Exercise: From the line with "e24 v23 v15 LINE" to the line with "e29 v18 v25 LINE", retype every line exactly, including those two, and leave out the rest of the data below.

(Stored data entries)

↓↓↓

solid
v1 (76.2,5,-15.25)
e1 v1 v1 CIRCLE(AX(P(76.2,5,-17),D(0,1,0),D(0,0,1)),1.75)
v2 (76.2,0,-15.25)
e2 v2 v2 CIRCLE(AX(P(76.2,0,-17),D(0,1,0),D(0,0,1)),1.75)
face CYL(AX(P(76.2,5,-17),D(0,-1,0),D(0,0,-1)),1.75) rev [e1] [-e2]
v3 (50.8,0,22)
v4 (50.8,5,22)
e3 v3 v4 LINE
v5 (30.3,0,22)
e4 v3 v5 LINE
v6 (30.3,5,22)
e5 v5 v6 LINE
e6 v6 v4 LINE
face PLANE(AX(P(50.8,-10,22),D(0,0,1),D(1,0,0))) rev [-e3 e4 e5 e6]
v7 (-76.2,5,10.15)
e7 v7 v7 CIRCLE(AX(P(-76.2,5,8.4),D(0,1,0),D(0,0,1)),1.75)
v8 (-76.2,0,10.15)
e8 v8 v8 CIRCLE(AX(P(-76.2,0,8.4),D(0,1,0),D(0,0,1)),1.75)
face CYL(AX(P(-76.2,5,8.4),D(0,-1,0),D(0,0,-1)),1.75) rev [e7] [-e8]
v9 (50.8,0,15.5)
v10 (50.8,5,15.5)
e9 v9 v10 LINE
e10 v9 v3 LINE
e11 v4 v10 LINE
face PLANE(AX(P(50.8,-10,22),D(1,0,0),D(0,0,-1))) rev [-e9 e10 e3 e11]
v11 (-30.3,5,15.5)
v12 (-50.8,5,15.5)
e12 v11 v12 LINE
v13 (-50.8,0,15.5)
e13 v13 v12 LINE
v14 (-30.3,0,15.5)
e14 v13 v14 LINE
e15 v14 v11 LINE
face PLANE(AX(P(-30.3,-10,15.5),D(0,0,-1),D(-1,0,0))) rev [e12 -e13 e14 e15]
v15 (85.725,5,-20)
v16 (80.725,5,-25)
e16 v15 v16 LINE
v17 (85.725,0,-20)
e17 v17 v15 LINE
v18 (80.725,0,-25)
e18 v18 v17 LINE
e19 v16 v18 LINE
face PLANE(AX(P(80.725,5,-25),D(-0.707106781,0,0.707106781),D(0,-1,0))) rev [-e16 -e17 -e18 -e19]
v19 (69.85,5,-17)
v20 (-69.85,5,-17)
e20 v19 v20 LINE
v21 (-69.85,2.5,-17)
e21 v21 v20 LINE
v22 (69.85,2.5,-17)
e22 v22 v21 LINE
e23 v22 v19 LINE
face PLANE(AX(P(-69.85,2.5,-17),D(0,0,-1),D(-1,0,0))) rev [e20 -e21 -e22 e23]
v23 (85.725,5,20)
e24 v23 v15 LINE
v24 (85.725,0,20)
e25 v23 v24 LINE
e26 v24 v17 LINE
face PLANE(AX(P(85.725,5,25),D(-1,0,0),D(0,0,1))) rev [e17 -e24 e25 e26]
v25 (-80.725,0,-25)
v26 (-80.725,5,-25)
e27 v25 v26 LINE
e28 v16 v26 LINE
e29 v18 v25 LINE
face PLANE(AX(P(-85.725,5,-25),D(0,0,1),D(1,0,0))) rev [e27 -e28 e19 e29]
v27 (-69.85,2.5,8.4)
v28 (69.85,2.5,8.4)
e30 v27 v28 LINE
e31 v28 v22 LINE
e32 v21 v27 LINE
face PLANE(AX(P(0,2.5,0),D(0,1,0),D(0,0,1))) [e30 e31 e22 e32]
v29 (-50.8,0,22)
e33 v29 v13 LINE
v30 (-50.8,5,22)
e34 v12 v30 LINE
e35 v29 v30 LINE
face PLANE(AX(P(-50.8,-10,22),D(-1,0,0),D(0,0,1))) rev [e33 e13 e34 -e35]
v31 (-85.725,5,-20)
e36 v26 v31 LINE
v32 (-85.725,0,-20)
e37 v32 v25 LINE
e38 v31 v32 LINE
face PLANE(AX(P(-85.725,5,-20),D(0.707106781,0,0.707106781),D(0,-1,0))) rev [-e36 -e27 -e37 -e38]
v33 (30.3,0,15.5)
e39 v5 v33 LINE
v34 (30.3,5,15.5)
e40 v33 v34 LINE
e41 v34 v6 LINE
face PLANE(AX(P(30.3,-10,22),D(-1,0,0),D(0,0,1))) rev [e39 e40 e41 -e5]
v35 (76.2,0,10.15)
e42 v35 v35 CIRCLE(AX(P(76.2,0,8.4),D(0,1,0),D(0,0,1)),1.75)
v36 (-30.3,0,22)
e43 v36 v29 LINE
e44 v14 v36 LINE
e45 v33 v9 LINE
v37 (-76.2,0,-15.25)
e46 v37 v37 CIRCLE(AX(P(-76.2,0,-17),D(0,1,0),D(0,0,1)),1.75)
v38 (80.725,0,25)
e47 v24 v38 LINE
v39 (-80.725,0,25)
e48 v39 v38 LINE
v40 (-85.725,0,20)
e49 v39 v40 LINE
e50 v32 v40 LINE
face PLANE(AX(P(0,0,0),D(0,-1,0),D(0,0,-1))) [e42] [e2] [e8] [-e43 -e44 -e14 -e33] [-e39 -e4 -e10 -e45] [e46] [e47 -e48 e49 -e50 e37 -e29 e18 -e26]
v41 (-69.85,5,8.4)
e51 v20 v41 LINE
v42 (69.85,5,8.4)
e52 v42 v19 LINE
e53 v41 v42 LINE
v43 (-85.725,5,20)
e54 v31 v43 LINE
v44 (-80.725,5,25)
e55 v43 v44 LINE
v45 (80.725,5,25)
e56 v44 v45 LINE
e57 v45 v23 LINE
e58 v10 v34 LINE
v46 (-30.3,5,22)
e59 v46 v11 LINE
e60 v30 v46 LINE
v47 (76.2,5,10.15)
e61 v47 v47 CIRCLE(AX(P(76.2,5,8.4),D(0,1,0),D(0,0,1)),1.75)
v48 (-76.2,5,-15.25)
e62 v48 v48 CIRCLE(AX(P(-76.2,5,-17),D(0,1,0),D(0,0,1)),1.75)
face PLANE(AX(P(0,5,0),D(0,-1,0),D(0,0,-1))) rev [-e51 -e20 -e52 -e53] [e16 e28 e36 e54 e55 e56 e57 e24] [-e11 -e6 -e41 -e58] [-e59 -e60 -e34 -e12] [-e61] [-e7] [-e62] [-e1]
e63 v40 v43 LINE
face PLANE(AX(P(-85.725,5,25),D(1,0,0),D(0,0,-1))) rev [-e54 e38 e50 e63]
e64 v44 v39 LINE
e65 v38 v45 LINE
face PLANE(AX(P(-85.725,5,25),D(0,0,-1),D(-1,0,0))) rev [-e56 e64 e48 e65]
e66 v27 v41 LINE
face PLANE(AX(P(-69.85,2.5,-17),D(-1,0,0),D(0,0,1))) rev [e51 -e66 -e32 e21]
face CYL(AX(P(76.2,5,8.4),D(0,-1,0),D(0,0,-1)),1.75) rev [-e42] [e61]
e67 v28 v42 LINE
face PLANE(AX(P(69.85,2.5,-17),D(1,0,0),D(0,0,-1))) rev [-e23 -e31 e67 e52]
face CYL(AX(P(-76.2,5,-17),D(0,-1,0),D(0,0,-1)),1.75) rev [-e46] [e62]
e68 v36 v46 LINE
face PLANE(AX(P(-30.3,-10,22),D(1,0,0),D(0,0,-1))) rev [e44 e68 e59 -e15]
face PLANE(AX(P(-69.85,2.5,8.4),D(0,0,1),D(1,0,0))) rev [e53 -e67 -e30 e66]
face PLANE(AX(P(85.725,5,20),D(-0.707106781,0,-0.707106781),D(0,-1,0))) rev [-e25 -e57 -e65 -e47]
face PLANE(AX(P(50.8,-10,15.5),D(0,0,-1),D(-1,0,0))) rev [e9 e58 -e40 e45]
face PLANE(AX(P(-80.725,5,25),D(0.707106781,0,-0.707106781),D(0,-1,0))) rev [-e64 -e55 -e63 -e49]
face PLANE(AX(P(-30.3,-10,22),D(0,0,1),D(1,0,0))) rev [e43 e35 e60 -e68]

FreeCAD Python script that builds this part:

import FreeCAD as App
import Part
import Sketcher
from FreeCAD import Vector


def edges_at(feature, points):
    """Names of the edges that pass closest to the given points."""
    edges = feature.Shape.Edges
    near = lambda p: min(range(len(edges)), key=lambda i: edges[i].distToShape(Part.Vertex(*p))[0])
    return sorted({f"Edge{near(p) + 1}" for p in points})

doc = App.newDocument("Part")
body = doc.addObject("PartDesign::Body", "Body")

sketch1 = body.newObject("Sketcher::SketchObject", "Sketch")
sketch1.AttachmentSupport = (doc.getObject("XZ_Plane"), [""])
sketch1.MapMode = "FlatFace"
sketch1.addGeometry(Part.LineSegment(Vector(-85.7, -25, 0), Vector(-85.7, 25, 0)), False)
sketch1.addGeometry(Part.LineSegment(Vector(-85.7, 25, 0), Vector(85.7, 25, 0)), False)
sketch1.addGeometry(Part.LineSegment(Vector(85.7, 25, 0), Vector(85.7, -25, 0)), False)
sketch1.addGeometry(Part.LineSegment(Vector(85.7, -25, 0), Vector(-85.7, -25, 0)), False)
sketch1.addGeometry(Part.Circle(Vector(-76.2, 8.4, 0), Vector(0, 0, 1), 1.8), False)
sketch1.addGeometry(Part.Circle(Vector(76.2, 8.4, 0), Vector(0, 0, 1), 1.8), False)
sketch1.addGeometry(Part.Circle(Vector(-76.2, -17, 0), Vector(0, 0, 1), 1.8), False)
sketch1.addGeometry(Part.Circle(Vector(76.2, -17, 0), Vector(0, 0, 1), 1.8), False)
sketch1.addConstraint(Sketcher.Constraint("Coincident", 0, 2, 1, 1))
sketch1.addConstraint(Sketcher.Constraint("Coincident", 1, 2, 2, 1))
sketch1.addConstraint(Sketcher.Constraint("Coincident", 2, 2, 3, 1))
sketch1.addConstraint(Sketcher.Constraint("Coincident", 3, 2, 0, 1))
sketch1.addConstraint(Sketcher.Constraint("Vertical", 0))
sketch1.addConstraint(Sketcher.Constraint("Horizontal", 1))
sketch1.addConstraint(Sketcher.Constraint("Vertical", 2))
sketch1.addConstraint(Sketcher.Constraint("Horizontal", 3))
sketch1.addConstraint(Sketcher.Constraint("Equal", 4, 5))
sketch1.addConstraint(Sketcher.Constraint("Equal", 5, 6))
sketch1.addConstraint(Sketcher.Constraint("Equal", 6, 7))
sketch1.addConstraint(Sketcher.Constraint("Symmetric", 0, 2, 2, 2, -1, 1))
sketch1.addConstraint(Sketcher.Constraint("Symmetric", 4, 3, 5, 3, -2))
sketch1.addConstraint(Sketcher.Constraint("Symmetric", 6, 3, 7, 3, -2))
sketch1.addConstraint(Sketcher.Constraint("Vertical", 4, 3, 6, 3))
sketch1.addConstraint(Sketcher.Constraint("Diameter", 4, 3.5))
sketch1.addConstraint(Sketcher.Constraint("DistanceY", 0, 1, 0, 2, 50.0))
sketch1.addConstraint(Sketcher.Constraint("DistanceY", 6, 3, -1, 1, 17.0))
sketch1.addConstraint(Sketcher.Constraint("DistanceX", 1, 1, 1, 2, 171.45))
sketch1.addConstraint(Sketcher.Constraint("DistanceX", 4, 3, -1, 1, 76.2))
sketch1.addConstraint(Sketcher.Constraint("DistanceY", -1, 1, 4, 3, 8.4))
pad1 = body.newObject("PartDesign::Pad", "Pad")
pad1.Profile = sketch1
pad1.Length = 5
pad1.Reversed = True
doc.recompute()

chamfer = body.newObject("PartDesign::Chamfer", "Chamfer")
chamfer.Base = (pad1, edges_at(pad1, [
    (85.725, 2.5, 25),
    (-85.725, 2.5, 25),
    (-85.725, 2.5, -25),
    (85.725, 2.5, -25),
]))
chamfer.Size = 5

sketch2 = body.newObject("Sketcher::SketchObject", "Sketch001")
sketch2.AttachmentSupport = (doc.getObject("XZ_Plane"), [""])
sketch2.MapMode = "FlatFace"
sketch2.AttachmentOffset = App.Placement(Vector(0, 0, -5), App.Rotation())
sketch2.addGeometry(Part.LineSegment(Vector(-70, -17, 0), Vector(-70, 8, 0)), False)
sketch2.addGeometry(Part.LineSegment(Vector(-70, 8, 0), Vector(70, 8, 0)), False)
sketch2.addGeometry(Part.LineSegment(Vector(70, 8, 0), Vector(70, -17, 0)), False)
sketch2.addGeometry(Part.LineSegment(Vector(70, -17, 0), Vector(-70, -17, 0)), False)
sketch2.addConstraint(Sketcher.Constraint("Coincident", 0, 2, 1, 1))
sketch2.addConstraint(Sketcher.Constraint("Coincident", 1, 2, 2, 1))
sketch2.addConstraint(Sketcher.Constraint("Coincident", 2, 2, 3, 1))
sketch2.addConstraint(Sketcher.Constraint("Coincident", 3, 2, 0, 1))
sketch2.addConstraint(Sketcher.Constraint("Vertical", 0))
sketch2.addConstraint(Sketcher.Constraint("Horizontal", 1))
sketch2.addConstraint(Sketcher.Constraint("Vertical", 2))
sketch2.addConstraint(Sketcher.Constraint("Horizontal", 3))
sketch2.addConstraint(Sketcher.Constraint("DistanceX", 1, 1, 1, 2, 139.7))
sketch2.addConstraint(Sketcher.Constraint("DistanceY", 0, 1, 0, 2, 25.4))
sketch2.addConstraint(Sketcher.Constraint("DistanceY", 2, 2, -1, 1, 17.0))
sketch2.addConstraint(Sketcher.Constraint("DistanceX", 0, 2, -1, 1, 69.85))
pocket1 = body.newObject("PartDesign::Pocket", "Pocket")
pocket1.Profile = sketch2
pocket1.Length = 2.5
pocket1.Reversed = True

sketch3 = body.newObject("Sketcher::SketchObject", "Sketch002")
sketch3.AttachmentSupport = (doc.getObject("XZ_Plane"), [""])
sketch3.MapMode = "FlatFace"
sketch3.AttachmentOffset = App.Placement(Vector(0, 0, -5), App.Rotation())
sketch3.addGeometry(Part.LineSegment(Vector(30, 16, 0), Vector(30, 22, 0)), False)
sketch3.addGeometry(Part.LineSegment(Vector(30, 22, 0), Vector(51, 22, 0)), False)
sketch3.addGeometry(Part.LineSegment(Vector(51, 22, 0), Vector(51, 16, 0)), False)
sketch3.addGeometry(Part.LineSegment(Vector(51, 16, 0), Vector(30, 16, 0)), False)
sketch3.addGeometry(Part.LineSegment(Vector(-51, 16, 0), Vector(-51, 22, 0)), False)
sketch3.addGeometry(Part.LineSegment(Vector(-51, 22, 0), Vector(-30, 22, 0)), False)
sketch3.addGeometry(Part.LineSegment(Vector(-30, 22, 0), Vector(-30, 16, 0)), False)
sketch3.addGeometry(Part.LineSegment(Vector(-30, 16, 0), Vector(-51, 16, 0)), False)
sketch3.addConstraint(Sketcher.Constraint("Coincident", 0, 2, 1, 1))
sketch3.addConstraint(Sketcher.Constraint("Coincident", 1, 2, 2, 1))
sketch3.addConstraint(Sketcher.Constraint("Coincident", 2, 2, 3, 1))
sketch3.addConstraint(Sketcher.Constraint("Coincident", 3, 2, 0, 1))
sketch3.addConstraint(Sketcher.Constraint("Coincident", 4, 2, 5, 1))
sketch3.addConstraint(Sketcher.Constraint("Coincident", 5, 2, 6, 1))
sketch3.addConstraint(Sketcher.Constraint("Coincident", 6, 2, 7, 1))
sketch3.addConstraint(Sketcher.Constraint("Coincident", 7, 2, 4, 1))
sketch3.addConstraint(Sketcher.Constraint("Vertical", 0))
sketch3.addConstraint(Sketcher.Constraint("Horizontal", 1))
sketch3.addConstraint(Sketcher.Constraint("Vertical", 2))
sketch3.addConstraint(Sketcher.Constraint("Horizontal", 3))
sketch3.addConstraint(Sketcher.Constraint("Vertical", 4))
sketch3.addConstraint(Sketcher.Constraint("Horizontal", 5))
sketch3.addConstraint(Sketcher.Constraint("Vertical", 6))
sketch3.addConstraint(Sketcher.Constraint("Horizontal", 7))
sketch3.addConstraint(Sketcher.Constraint("Symmetric", 1, 2, 4, 2, -2))
sketch3.addConstraint(Sketcher.Constraint("Symmetric", 3, 2, 6, 2, -2))
sketch3.addConstraint(Sketcher.Constraint("DistanceX", 1, 1, 1, 2, 20.5))
sketch3.addConstraint(Sketcher.Constraint("DistanceY", 0, 1, 0, 2, 6.5))
sketch3.addConstraint(Sketcher.Constraint("DistanceY", -1, 1, 0, 2, 22.0))
sketch3.addConstraint(Sketcher.Constraint("DistanceX", -1, 1, 0, 2, 30.3))
pocket2 = body.newObject("PartDesign::Pocket", "Pocket001")
pocket2.Profile = sketch3
pocket2.Length = 15
pocket2.Reversed = True

doc.recompute()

↑↑↑

Solution for this task:
e24 v23 v15 LINE
v24 (85.725,0,20)
e25 v23 v24 LINE
e26 v24 v17 LINE
face PLANE(AX(P(85.725,5,25),D(-1,0,0),D(0,0,1))) rev [e17 -e24 e25 e26]
v25 (-80.725,0,-25)
v26 (-80.725,5,-25)
e27 v25 v26 LINE
e28 v16 v26 LINE
e29 v18 v25 LINE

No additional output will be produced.